Netflix beats estimates with EPS of 79 cents

Financial trends and news by Faith Merino
January 22, 2014 | Comments
Short URL: http://vator.tv/n/3489

Netflix shares are exploding in after-hours trading after the company revealed it had a truly awesome fourth quarter. Shares are up 17% to $390 as of 2:45 pm PST. THAT’S JUST A COUPLE OF DOLLARS AWAY FROM WHERE APPLE WAS JUST A FEW MONTHS AGO, YOU GUYS.

But back to Netflix’s rockin’ fourth quarter: the company raked in an EPS of 79 cents on $1.175 billion in revenue. That’s up from 13 cents a share on $945 million in revenue this time last year. Meanwhile, Wall Street was anticipating 66 cents a share on $1.17 billion in revenue.

Netflix now has 44 million members and expects 48 million by the end of Q1 2014. But the company is lowballing its Q1 forecast and projecting an EPS of 78 cents.

Netflix’s super awesome quarter comes as Web-only shows like House of Cards and Orange is the New Black are gaining more traction as legitimate forms of entertainment. All told, Netflix has earned more than 80 major award nominations, including Emmy and Golden Globes nominations for House of Cards, Orange is the New Black, Arrested Development, and even Hemlock Grove. Even Hemlock Grove, you guys. 

House of Cards earned its very first Golden Globe award last week when Robin Wright won for Best Actress in a TV Drama. Additionally, House of Cards and Orange is the New Black were both included in the American Film Institute’s list of the ten best TV series of the year.
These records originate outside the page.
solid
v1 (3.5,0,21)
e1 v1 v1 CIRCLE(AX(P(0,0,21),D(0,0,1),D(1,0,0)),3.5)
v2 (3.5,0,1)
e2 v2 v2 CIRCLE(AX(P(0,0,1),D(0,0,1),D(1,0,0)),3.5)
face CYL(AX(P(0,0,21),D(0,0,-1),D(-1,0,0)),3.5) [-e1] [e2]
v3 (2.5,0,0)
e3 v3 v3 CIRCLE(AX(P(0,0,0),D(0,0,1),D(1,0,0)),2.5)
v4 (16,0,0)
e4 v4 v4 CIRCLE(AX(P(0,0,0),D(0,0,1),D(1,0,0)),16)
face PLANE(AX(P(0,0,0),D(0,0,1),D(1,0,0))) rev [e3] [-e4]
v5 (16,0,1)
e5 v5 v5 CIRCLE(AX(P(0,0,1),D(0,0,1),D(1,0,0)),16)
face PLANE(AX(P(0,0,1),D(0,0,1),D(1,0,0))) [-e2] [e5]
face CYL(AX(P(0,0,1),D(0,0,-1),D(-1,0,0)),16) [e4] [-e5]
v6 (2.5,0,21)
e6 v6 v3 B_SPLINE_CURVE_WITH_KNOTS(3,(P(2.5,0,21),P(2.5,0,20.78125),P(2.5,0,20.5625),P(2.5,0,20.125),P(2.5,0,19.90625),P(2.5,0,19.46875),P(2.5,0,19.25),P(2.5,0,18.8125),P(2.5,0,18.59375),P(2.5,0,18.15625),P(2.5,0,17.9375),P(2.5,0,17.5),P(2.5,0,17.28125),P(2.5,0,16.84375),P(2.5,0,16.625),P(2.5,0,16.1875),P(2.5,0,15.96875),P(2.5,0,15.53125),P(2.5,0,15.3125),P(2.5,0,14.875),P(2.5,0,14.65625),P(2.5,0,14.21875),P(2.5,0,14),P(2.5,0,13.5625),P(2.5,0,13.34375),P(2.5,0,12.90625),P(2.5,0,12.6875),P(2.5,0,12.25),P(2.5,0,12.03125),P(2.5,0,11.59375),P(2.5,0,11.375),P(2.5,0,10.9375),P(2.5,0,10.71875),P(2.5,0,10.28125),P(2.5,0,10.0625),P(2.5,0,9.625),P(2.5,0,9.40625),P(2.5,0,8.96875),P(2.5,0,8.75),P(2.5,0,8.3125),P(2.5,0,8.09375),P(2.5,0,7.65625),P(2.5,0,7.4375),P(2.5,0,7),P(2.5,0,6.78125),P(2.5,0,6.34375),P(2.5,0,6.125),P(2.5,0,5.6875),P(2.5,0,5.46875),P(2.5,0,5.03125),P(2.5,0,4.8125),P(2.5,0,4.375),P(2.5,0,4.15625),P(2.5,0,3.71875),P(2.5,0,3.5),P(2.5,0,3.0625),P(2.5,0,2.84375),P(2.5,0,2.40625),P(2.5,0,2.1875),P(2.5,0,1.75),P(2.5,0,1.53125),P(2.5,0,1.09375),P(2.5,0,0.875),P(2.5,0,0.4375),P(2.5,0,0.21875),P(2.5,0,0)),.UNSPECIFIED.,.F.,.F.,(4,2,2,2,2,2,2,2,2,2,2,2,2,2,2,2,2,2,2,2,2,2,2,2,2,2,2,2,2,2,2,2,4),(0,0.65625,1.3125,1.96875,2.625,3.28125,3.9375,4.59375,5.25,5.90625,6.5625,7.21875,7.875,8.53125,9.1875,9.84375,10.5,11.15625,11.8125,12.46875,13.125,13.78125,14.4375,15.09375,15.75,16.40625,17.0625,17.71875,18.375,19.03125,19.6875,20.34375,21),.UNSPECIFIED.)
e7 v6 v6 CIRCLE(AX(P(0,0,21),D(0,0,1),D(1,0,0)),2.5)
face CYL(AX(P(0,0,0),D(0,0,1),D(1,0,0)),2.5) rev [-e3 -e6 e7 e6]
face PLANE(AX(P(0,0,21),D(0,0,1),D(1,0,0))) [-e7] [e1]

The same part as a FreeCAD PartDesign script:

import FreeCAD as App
import Part
import Sketcher

V = App.Vector
Q = App.Units.Quantity

doc = App.newDocument("Part")
body = doc.addObject("PartDesign::Body", "Body")

# Sketch on XY plane
sketch1 = body.newObject("Sketcher::SketchObject", "Sketch")
sketch1.AttachmentSupport = (doc.getObject("XY_Plane"), [""])
sketch1.MapMode = "FlatFace"
sketch1.addGeometry(Part.Circle(V(0, 0, 0), V(0, 0, 1), 16), False)
sketch1.addConstraint([
    Sketcher.Constraint("Coincident", 0, 3, -1, 1),
    Sketcher.Constraint("Diameter", 0, Q("32 mm")),
])
pad1 = body.newObject("PartDesign::Pad", "Pad")
pad1.Profile = sketch1
pad1.Length = 1

# Sketch on XY plane
sketch2 = body.newObject("Sketcher::SketchObject", "Sketch001")
sketch2.AttachmentSupport = (doc.getObject("XY_Plane"), [""])
sketch2.MapMode = "FlatFace"
sketch2.AttachmentOffset = App.Placement(V(0, 0, 1), App.Rotation())
sketch2.addGeometry(Part.Circle(V(0, 0, 0), V(0, 0, 1), 3.5), False)
sketch2.addConstraint([
    Sketcher.Constraint("Coincident", 0, 3, -1, 1),
    Sketcher.Constraint("Diameter", 0, Q("7 mm")),
])
pad2 = body.newObject("PartDesign::Pad", "Pad001")
pad2.Profile = sketch2
pad2.Length = 20

# Sketch on XY plane
sketch3 = body.newObject("Sketcher::SketchObject", "Sketch002")
sketch3.AttachmentSupport = (doc.getObject("XY_Plane"), [""])
sketch3.MapMode = "FlatFace"
sketch3.AttachmentOffset = App.Placement(V(0, 0, 21), App.Rotation())
sketch3.addGeometry(Part.Circle(V(0, 0, 0), V(0, 0, 1), 2.5), False)
sketch3.addConstraint([
    Sketcher.Constraint("Coincident", 0, 3, -1, 1),
    Sketcher.Constraint("Diameter", 0, Q("5 mm")),
])
pocket1 = body.newObject("PartDesign::Pocket", "Pocket")
pocket1.Profile = sketch3
pocket1.Type = "ThroughAll"
pocket1.Midplane = True

doc.recompute()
AND Netflix’s original documentary The Square has been nominated for an Academy Award.

And it gets better—Mitt, the much-anticipated documentary about failed presidential hopeful Mitt Romney, airs on Netflix this Friday. (I just realized this today and I am SO ready to hate-watch it and post a bunch of feminist, liberal rants on Facebook about it.)

Netflix also revealed that the second season of House of Cards and its other future original series will all be streamed in 4K Ultra High Definition—which the company admits will not affect many Netflix members and is mainly to undergird “consumer perception of Netflix as a leader in Internet TV.” But 4K-compatible TVs are expected to drop in price quickly and become more ubiquitous in the near future, so Netflix is clearly staying ahead of the curve here.

“It’s been a good year for Netflix. People around the world want what we offer: consumer-in-control Internet television,” wrote Reed Hastings and CFO David Wells in a letter to shareholders.